Description of the task: Set down exactly the lines below, starting at the one that contains "-e26 -e27 e28]" and ending at the one that contains "-e33 -e25 e34]", with both of those lines included and nothing else.

****

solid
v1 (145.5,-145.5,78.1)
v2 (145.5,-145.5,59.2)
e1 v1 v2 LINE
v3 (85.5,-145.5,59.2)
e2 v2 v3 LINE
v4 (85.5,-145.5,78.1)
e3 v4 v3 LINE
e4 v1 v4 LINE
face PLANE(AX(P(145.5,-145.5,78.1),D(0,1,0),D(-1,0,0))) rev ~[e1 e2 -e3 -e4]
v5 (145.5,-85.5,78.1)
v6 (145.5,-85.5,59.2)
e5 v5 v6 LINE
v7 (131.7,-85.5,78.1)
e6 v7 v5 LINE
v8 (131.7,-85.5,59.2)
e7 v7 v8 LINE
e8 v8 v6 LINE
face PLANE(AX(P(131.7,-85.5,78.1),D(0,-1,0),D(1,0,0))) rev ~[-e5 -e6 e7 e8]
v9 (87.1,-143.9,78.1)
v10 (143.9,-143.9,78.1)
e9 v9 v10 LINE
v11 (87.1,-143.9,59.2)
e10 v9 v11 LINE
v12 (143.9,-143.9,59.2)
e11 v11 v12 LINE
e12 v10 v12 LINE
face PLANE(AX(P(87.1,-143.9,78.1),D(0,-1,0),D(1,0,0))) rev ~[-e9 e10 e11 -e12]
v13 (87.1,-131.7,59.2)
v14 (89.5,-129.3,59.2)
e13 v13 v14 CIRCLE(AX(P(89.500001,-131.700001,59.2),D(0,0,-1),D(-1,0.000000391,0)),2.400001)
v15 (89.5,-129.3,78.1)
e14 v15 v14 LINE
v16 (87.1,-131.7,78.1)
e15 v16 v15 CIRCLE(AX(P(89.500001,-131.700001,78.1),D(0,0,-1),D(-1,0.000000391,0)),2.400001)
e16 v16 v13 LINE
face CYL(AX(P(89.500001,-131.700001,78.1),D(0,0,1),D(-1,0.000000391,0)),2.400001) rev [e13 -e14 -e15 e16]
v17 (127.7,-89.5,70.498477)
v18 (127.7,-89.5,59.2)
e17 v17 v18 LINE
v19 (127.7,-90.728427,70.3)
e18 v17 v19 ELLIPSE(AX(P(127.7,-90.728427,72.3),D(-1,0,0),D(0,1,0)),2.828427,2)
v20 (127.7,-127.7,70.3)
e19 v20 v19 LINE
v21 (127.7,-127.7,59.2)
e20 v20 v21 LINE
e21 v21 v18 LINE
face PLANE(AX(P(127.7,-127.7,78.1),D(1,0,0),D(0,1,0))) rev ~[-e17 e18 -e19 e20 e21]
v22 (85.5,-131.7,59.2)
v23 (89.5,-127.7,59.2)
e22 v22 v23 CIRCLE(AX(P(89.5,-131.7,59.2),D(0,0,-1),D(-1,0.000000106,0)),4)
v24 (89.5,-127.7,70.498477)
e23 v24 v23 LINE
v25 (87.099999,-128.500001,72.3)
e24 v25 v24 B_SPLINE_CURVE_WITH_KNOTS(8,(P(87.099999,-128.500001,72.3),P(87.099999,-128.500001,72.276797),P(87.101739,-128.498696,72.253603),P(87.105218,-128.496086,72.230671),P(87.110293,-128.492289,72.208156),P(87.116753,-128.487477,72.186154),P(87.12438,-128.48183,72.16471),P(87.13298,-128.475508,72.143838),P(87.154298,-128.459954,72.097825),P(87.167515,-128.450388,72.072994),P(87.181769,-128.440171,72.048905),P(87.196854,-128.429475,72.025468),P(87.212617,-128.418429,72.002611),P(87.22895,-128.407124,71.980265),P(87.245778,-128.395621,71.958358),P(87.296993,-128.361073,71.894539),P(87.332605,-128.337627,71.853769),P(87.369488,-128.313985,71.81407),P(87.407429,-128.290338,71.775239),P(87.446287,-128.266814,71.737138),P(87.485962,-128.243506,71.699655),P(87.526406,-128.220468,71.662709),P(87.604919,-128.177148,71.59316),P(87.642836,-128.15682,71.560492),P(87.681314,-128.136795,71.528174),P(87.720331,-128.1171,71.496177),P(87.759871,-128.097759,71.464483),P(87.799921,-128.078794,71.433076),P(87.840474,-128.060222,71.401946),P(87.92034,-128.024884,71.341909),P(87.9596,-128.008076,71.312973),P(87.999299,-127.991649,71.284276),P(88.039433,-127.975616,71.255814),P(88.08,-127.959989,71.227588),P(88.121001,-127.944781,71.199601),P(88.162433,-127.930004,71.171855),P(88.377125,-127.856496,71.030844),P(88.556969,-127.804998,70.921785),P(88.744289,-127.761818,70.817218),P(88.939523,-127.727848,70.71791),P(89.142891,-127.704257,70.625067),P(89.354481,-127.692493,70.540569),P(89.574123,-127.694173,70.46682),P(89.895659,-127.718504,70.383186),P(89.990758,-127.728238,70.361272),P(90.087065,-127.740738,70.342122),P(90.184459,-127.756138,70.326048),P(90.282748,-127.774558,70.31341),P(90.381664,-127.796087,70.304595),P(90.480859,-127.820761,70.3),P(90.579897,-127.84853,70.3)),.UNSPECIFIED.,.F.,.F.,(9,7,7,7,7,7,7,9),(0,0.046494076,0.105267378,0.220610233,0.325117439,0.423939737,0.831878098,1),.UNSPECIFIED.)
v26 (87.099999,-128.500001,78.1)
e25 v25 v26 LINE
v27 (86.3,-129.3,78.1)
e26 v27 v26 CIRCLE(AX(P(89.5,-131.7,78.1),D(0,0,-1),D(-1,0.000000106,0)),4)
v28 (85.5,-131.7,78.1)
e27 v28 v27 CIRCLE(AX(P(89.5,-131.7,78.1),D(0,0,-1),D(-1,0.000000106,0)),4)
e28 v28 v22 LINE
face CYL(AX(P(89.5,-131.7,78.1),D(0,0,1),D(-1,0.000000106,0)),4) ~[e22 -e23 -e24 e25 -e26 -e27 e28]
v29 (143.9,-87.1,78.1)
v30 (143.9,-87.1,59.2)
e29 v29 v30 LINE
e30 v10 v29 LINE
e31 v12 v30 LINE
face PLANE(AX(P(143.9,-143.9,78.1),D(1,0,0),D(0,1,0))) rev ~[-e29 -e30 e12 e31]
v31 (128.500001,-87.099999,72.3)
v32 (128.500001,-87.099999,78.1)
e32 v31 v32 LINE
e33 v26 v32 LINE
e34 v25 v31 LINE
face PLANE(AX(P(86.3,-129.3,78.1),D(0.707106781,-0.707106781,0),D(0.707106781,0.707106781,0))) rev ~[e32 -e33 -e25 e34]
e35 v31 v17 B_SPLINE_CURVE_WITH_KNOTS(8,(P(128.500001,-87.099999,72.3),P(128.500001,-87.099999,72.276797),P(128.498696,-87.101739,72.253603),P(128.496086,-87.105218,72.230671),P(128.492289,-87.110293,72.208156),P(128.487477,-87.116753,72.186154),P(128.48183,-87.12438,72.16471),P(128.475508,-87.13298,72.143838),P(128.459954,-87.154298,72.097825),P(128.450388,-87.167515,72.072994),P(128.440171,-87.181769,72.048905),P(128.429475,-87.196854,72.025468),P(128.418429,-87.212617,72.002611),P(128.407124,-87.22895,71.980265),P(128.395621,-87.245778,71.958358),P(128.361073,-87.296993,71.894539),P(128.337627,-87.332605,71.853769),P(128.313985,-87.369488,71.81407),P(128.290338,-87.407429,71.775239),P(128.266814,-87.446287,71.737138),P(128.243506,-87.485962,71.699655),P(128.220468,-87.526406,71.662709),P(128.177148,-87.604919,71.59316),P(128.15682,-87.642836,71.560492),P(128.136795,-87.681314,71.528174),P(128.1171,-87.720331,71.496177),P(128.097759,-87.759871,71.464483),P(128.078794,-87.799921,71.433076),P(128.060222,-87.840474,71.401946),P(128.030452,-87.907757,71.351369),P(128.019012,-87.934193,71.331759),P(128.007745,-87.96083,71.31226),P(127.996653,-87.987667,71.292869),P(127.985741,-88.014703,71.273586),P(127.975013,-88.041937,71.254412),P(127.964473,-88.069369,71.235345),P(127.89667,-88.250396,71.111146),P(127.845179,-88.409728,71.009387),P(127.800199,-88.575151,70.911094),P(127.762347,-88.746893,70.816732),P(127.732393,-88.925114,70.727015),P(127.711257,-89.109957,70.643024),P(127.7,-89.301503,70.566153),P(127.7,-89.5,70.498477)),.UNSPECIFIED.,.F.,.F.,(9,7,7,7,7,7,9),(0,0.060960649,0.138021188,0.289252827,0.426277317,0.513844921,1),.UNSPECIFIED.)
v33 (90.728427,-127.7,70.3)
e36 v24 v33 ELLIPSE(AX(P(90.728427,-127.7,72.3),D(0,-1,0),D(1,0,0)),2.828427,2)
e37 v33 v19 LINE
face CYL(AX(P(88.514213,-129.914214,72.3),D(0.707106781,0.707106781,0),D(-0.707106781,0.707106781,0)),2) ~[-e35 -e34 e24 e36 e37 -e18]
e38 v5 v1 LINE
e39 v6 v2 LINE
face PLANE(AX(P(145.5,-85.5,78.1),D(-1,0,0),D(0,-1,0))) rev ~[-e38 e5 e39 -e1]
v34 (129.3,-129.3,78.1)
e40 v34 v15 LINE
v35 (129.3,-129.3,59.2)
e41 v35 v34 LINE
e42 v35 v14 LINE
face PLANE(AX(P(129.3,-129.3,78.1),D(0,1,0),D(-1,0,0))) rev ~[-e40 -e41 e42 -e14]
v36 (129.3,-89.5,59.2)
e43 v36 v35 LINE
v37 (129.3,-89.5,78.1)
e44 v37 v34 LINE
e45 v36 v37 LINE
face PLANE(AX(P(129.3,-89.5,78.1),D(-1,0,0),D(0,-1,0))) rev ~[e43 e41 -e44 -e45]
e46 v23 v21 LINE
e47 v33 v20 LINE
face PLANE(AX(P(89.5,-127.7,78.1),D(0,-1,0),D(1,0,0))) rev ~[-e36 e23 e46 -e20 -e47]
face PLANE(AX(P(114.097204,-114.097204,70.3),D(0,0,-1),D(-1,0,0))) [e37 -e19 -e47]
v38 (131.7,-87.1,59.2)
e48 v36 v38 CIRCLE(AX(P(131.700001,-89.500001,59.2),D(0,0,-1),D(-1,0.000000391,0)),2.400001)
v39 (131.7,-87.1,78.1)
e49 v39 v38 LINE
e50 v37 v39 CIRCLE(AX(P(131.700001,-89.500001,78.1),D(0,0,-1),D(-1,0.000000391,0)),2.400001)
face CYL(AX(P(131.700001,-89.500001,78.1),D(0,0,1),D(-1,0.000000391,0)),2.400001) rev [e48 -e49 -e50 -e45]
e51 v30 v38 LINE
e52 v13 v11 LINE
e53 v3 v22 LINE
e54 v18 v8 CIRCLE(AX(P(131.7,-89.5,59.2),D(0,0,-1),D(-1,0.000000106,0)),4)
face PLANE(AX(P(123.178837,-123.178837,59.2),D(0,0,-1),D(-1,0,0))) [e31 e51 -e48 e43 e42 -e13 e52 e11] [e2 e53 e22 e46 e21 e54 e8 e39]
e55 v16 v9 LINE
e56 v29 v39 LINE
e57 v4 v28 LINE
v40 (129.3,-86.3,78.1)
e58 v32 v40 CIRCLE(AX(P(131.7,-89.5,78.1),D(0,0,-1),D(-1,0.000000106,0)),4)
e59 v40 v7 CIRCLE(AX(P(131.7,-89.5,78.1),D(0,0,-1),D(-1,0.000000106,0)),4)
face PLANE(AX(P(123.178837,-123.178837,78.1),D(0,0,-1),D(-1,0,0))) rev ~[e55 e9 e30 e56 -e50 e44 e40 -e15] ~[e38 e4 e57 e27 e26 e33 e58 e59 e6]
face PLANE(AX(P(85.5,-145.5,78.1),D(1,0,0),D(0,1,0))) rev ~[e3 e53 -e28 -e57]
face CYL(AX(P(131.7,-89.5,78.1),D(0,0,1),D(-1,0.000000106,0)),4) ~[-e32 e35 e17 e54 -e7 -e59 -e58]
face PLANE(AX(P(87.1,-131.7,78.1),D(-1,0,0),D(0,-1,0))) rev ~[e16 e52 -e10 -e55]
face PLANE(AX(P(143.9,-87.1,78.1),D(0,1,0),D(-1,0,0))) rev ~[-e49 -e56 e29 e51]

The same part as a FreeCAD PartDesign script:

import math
import FreeCAD as App
import Part
import Sketcher

V = App.Vector


def edges_at(feature, points):
    """Names of the edges that pass closest to the given points."""
    edges = feature.Shape.Edges
    near = lambda p: min(range(len(edges)), key=lambda i: edges[i].distToShape(Part.Vertex(*p))[0])
    return sorted({f"Edge{near(p) + 1}" for p in points})


def add_polygon(sketch, points):
    """Adds a closed chain of lines whose ends are joined by coincident constraints."""
    first, n = sketch.GeometryCount, len(points)
    for a, b in zip(points, points[1:] + points[:1]):
        sketch.addGeometry(Part.LineSegment(App.Vector(*a, 0), App.Vector(*b, 0)), False)
    for i in range(n):
        sketch.addConstraint(Sketcher.Constraint("Coincident", first + i, 2, first + (i + 1) % n, 1))

doc = App.newDocument("Part")
body = doc.addObject("PartDesign::Body", "Body")

sketch1 = body.newObject("Sketcher::SketchObject", "Sketch")
sketch1.AttachmentSupport = (doc.getObject("XY_Plane"), [""])
sketch1.MapMode = "FlatFace"
sketch1.addGeometry([
    Part.LineSegment(V(-30, 30, 0), V(-30, -30, 0)),
    Part.LineSegment(V(-30, -30, 0), V(30, -30, 0)),
    Part.LineSegment(V(30, -30, 0), V(30, -16.2, 0)),
    Part.ArcOfCircle(Part.Circle(V(26, -16.2, 0), V(0, 0, 1), 4), math.radians(0), math.radians(90)),
    Part.LineSegment(V(26, -12.2, 0), V(-12.2, -12.2, 0)),
    Part.LineSegment(V(-12.2, -12.2, 0), V(-12.2, 26, 0)),
    Part.ArcOfCircle(Part.Circle(V(-16.2, 26, 0), V(0, 0, 1), 4), math.radians(0), math.radians(90)),
    Part.LineSegment(V(-16.2, 30, 0), V(-30, 30, 0)),
    Part.LineSegment(V(-28.4, -28.4, 0), V(-28.4, 28.4, 0)),
    Part.LineSegment(V(-28.4, 28.4, 0), V(-16.2, 28.4, 0)),
    Part.ArcOfCircle(Part.Circle(V(-16.2, 26, 0), V(0, 0, 1), 2.4), math.radians(0), math.radians(90)),
    Part.LineSegment(V(-13.8, 26, 0), V(-13.8, -13.8, 0)),
    Part.LineSegment(V(-13.8, -13.8, 0), V(26, -13.8, 0)),
    Part.ArcOfCircle(Part.Circle(V(26, -16.2, 0), V(0, 0, 1), 2.4), math.radians(0), math.radians(90)),
    Part.LineSegment(V(28.4, -16.2, 0), V(28.4, -28.4, 0)),
    Part.LineSegment(V(28.4, -28.4, 0), V(-28.4, -28.4, 0)),
], False)
sketch1.addConstraint([
    Sketcher.Constraint("Coincident", 0, 2, 1, 1),
    Sketcher.Constraint("Coincident", 1, 2, 2, 1),
    Sketcher.Constraint("Tangent", 2, 2, 3, 1),
    Sketcher.Constraint("Tangent", 3, 2, 4, 1),
    Sketcher.Constraint("Coincident", 4, 2, 5, 1),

****

Answer below:
face CYL(AX(P(89.5,-131.7,78.1),D(0,0,1),D(-1,0.000000106,0)),4) ~[e22 -e23 -e24 e25 -e26 -e27 e28]
v29 (143.9,-87.1,78.1)
v30 (143.9,-87.1,59.2)
e29 v29 v30 LINE
e30 v10 v29 LINE
e31 v12 v30 LINE
face PLANE(AX(P(143.9,-143.9,78.1),D(1,0,0),D(0,1,0))) rev ~[-e29 -e30 e12 e31]
v31 (128.500001,-87.099999,72.3)
v32 (128.500001,-87.099999,78.1)
e32 v31 v32 LINE
e33 v26 v32 LINE
e34 v25 v31 LINE
face PLANE(AX(P(86.3,-129.3,78.1),D(0.707106781,-0.707106781,0),D(0.707106781,0.707106781,0))) rev ~[e32 -e33 -e25 e34]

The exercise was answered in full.